What the task requires:
Below are records; reproduce exactly the lines from the one that has "face PLANE(AX(P(-44.45,0,5.08),D(0,0,-1),D(-1,0,0))) rev" through the one that has "face PLANE(AX(P(44.45,44.45,25.4),D(0,0,-1),D(-1,0,0))) rev [e49", ends included, and nothing more.

+ + + + +

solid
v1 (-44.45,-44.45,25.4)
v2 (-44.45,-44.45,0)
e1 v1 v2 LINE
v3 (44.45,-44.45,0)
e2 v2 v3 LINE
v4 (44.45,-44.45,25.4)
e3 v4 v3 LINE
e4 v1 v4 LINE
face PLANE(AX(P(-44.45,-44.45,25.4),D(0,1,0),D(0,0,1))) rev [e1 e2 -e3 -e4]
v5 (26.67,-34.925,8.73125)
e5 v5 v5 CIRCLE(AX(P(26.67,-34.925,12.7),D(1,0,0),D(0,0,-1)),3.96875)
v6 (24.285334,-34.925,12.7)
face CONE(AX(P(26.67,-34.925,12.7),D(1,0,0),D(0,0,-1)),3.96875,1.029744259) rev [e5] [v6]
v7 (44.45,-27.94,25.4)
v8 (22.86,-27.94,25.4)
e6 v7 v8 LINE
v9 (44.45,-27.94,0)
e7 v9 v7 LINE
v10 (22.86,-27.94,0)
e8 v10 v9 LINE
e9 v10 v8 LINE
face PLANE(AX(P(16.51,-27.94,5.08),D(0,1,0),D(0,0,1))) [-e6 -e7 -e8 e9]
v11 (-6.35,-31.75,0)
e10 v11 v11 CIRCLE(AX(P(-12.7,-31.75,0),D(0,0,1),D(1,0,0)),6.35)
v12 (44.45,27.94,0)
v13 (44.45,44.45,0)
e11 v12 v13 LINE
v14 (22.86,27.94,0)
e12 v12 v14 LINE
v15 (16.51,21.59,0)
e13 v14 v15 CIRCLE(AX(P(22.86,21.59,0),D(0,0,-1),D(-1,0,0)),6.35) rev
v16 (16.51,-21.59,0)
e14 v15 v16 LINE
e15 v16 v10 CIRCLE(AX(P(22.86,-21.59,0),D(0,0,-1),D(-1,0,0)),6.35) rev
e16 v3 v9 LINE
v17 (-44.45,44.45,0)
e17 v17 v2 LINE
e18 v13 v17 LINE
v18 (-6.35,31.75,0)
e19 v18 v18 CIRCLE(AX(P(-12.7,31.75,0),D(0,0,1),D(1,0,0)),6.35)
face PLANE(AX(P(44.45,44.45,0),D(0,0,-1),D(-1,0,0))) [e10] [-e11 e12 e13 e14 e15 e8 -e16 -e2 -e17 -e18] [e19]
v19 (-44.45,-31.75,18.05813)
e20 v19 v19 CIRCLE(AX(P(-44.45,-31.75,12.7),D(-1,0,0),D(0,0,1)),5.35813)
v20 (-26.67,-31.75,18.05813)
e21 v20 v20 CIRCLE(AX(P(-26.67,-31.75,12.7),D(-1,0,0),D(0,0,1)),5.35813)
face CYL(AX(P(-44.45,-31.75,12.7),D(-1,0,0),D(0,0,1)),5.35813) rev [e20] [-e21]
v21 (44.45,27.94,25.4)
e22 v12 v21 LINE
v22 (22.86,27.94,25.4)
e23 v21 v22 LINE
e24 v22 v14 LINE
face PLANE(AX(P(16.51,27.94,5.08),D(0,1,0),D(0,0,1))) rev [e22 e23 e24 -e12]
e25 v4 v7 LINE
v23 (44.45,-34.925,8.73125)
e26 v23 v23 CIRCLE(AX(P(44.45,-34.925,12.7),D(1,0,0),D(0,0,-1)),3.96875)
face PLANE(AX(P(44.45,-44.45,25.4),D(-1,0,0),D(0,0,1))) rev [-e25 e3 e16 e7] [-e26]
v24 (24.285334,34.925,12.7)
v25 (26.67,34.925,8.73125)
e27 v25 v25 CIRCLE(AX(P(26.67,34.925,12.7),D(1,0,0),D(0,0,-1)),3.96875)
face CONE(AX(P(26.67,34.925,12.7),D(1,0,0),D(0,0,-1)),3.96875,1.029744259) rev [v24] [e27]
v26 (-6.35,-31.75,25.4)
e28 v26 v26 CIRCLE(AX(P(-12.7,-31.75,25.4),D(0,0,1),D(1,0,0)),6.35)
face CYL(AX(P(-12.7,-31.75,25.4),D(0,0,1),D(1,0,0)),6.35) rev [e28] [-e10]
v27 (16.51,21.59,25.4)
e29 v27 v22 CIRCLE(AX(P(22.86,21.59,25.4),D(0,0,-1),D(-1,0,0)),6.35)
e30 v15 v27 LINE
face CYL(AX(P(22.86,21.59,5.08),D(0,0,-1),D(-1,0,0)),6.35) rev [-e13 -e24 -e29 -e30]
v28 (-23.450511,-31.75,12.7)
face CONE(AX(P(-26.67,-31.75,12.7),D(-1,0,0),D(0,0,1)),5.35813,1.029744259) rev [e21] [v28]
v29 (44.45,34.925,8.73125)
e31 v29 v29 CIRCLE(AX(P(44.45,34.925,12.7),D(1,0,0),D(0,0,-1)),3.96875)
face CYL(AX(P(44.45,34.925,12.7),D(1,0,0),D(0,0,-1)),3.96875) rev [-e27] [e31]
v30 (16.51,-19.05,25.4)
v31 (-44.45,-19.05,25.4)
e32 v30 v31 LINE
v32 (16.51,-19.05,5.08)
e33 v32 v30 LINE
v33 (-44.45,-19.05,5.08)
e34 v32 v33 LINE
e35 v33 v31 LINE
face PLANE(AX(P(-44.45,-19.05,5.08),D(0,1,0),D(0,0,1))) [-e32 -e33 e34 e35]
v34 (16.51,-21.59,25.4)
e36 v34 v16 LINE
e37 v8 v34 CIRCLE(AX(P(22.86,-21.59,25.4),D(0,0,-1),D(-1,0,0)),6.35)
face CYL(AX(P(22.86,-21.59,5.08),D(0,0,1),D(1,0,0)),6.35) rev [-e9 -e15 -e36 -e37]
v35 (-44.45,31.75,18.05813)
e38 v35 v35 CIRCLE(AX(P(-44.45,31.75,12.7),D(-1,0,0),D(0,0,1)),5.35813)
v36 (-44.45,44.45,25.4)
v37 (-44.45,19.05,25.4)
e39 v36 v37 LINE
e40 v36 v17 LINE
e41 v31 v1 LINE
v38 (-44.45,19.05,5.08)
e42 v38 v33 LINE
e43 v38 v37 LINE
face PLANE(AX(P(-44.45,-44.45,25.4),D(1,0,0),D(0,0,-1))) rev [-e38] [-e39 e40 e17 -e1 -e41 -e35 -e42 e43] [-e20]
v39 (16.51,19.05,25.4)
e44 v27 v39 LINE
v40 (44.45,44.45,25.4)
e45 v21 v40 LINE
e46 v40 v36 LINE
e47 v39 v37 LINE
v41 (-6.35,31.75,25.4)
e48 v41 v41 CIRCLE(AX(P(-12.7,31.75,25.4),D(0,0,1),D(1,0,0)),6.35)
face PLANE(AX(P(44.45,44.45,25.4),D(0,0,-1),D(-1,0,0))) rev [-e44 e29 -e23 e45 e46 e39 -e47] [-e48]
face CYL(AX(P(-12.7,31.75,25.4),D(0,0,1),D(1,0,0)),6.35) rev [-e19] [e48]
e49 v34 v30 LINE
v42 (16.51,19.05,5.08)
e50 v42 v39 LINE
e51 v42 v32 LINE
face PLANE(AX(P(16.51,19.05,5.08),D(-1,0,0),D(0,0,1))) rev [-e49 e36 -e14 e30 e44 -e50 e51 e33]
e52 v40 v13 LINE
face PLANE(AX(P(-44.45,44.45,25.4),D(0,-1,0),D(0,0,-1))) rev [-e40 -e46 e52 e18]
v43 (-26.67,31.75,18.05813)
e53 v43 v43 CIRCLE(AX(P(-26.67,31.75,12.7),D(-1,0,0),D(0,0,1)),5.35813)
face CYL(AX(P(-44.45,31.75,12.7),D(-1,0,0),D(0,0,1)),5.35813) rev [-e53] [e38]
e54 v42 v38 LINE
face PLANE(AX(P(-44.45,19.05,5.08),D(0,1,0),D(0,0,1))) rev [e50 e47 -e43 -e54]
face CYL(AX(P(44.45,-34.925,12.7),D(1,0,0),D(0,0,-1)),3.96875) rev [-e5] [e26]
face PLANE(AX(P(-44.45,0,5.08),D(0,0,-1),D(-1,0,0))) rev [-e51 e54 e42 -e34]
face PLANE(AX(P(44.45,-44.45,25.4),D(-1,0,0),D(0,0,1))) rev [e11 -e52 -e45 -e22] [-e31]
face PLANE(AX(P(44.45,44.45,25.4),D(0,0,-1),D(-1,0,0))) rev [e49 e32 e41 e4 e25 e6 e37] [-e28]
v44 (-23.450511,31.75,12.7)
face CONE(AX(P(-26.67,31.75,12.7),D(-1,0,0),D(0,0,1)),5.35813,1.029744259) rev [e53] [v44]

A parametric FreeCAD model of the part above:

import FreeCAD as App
import Part
import Sketcher
from FreeCAD import Vector
Q = App.Units.Quantity


def edges_at(feature, points):
    """Names of the edges that pass closest to the given points."""
    edges = feature.Shape.Edges
    near = lambda p: min(range(len(edges)), key=lambda i: edges[i].distToShape(Part.Vertex(*p))[0])
    return sorted({f"Edge{near(p) + 1}" for p in points})


def add_polygon(sketch, points):
    """Adds a closed chain of lines whose ends are joined by coincident constraints."""
    first, n = sketch.GeometryCount, len(points)
    for a, b in zip(points, points[1:] + points[:1]):
        sketch.addGeometry(Part.LineSegment(App.Vector(*a, 0), App.Vector(*b, 0)), False)
    for i in range(n):
        sketch.addConstraint(Sketcher.Constraint("Coincident", first + i, 2, first + (i + 1) % n, 1))

doc = App.newDocument("Part")
body = doc.addObject("PartDesign::Body", "Body")

sketch1 = body.newObject("Sketcher::SketchObject", "Sketch")
sketch1.AttachmentSupport = (doc.getObject("XY_Plane"), [""])
sketch1.MapMode = "FlatFace"
add_polygon(sketch1, [(-44, 44), (-44, -44), (44, -44), (44, 44)])
sketch1.addConstraint(Sketcher.Constraint("Vertical", 0))
sketch1.addConstraint(Sketcher.Constraint("Horizontal", 1))
sketch1.addConstraint(Sketcher.Constraint("Vertical", 2))
sketch1.addConstraint(Sketcher.Constraint("Horizontal", 3))
sketch1.addConstraint(Sketcher.Constraint("Symmetric", 0, 2, 2, 2, -1, 1))
sketch1.addConstraint(Sketcher.Constraint("Equal", 3, 0))
sketch1.addConstraint(Sketcher.Constraint("DistanceX", 1, 1, 1, 2, Q("3.5 in")))
pad1 = body.newObject("PartDesign::Pad", "Pad")
pad1.Profile = sketch1
pad1.Length = Q("1 in")

sketch2 = body.newObject("Sketcher::SketchObject", "Sketch001")
sketch2.AttachmentSupport = (doc.getObject("XZ_Plane"), [""])
sketch2.MapMode = "FlatFace"
sketch2.AttachmentOffset = App.Placement(Vector(0, 0, -1.375 * 25.4), App.Rotation())
add_polygon(sketch2, [(24.3, 12.7), (44.5, 12.7), (44.5, 8.7), (26.7, 8.7)])
sketch2.addGeometry(Part.LineSegment(Vector(44.5, 12.7, 0), Vector(24.3, 12.7, 0)), True)
sketch2.addConstraint(Sketcher.Constraint("Horizontal", 0))
sketch2.addConstraint(Sketcher.Constraint("Vertical", 1))
sketch2.addConstraint(Sketcher.Constraint("Horizontal", 2))
sketch2.addConstraint(Sketcher.Constraint("Horizontal", 4))
sketch2.addConstraint(Sketcher.Constraint("Coincident", 4, 1, 0, 2))
sketch2.addConstraint(Sketcher.Constraint("Equal", 0, 4))
sketch2.addConstraint(Sketcher.Constraint("DistanceX", 2, 2, 2, 1, Q("0.7 in")))
sketch2.addConstraint(Sketcher.Constraint("Angle", 3, Q("121 deg")))
sketch2.addConstraint(Sketcher.Constraint("DistanceY", -1, 1, 0, 2, Q("0.5 in")))
sketch2.addConstraint(Sketcher.Constraint("DistanceY", 1, 2, 1, 1, Q("0.15625 in")))
sketch2.addConstraint(Sketcher.Constraint("DistanceX", -1, 1, 0, 2, Q("1.75 in")))
groove = body.newObject("PartDesign::Groove", "Groove")
groove.Profile = sketch2
groove.ReferenceAxis = (sketch2, ["Axis0"])
groove.Angle = 360
doc.recompute()

mirrored = body.newObject("PartDesign::Mirrored", "Mirrored")
mirrored.Originals = [groove]
mirrored.MirrorPlane = (doc.getObject("XZ_Plane"), [""])
body.Tip = mirrored

sketch3 = body.newObject("Sketcher::SketchObject", "Sketch002")
sketch3.AttachmentSupport = (doc.getObject("XY_Plane"), [""])
sketch3.MapMode = "FlatFace"
sketch3.AttachmentOffset = App.Placement(Vector(0, 0, 1 * 25.4), App.Rotation())
sketch3.addGeometry(Part.Circle(Vector(-13, 32, 0), Vector(0, 0, 1), 6), False)
sketch3.addConstraint(Sketcher.Constraint("Diameter", 0, Q("0.5 in")))
sketch3.addConstraint(Sketcher.Constraint("DistanceX", 0, 3, -1, 1, Q("0.5 in")))
sketch3.addConstraint(Sketcher.Constraint("DistanceY", -1, 1, 0, 3, Q("1.25 in")))
doc.recompute()
hole = body.newObject("PartDesign::Hole", "Hole")
hole.Profile = sketch3
hole.ThreadType = "None"
hole.Diameter = Q("0.5 in")
hole.DepthType = "ThroughAll"
doc.recompute()

mirrored2 = body.newObject("PartDesign::Mirrored", "Mirrored001")
mirrored2.Originals = [hole]
mirrored2.MirrorPlane = (doc.getObject("XZ_Plane"), [""])
body.Tip = mirrored2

+ + + + +

Reply:
face PLANE(AX(P(-44.45,0,5.08),D(0,0,-1),D(-1,0,0))) rev [-e51 e54 e42 -e34]
face PLANE(AX(P(44.45,-44.45,25.4),D(-1,0,0),D(0,0,1))) rev [e11 -e52 -e45 -e22] [-e31]
face PLANE(AX(P(44.45,44.45,25.4),D(0,0,-1),D(-1,0,0))) rev [e49 e32 e41 e4 e25 e6 e37] [-e28]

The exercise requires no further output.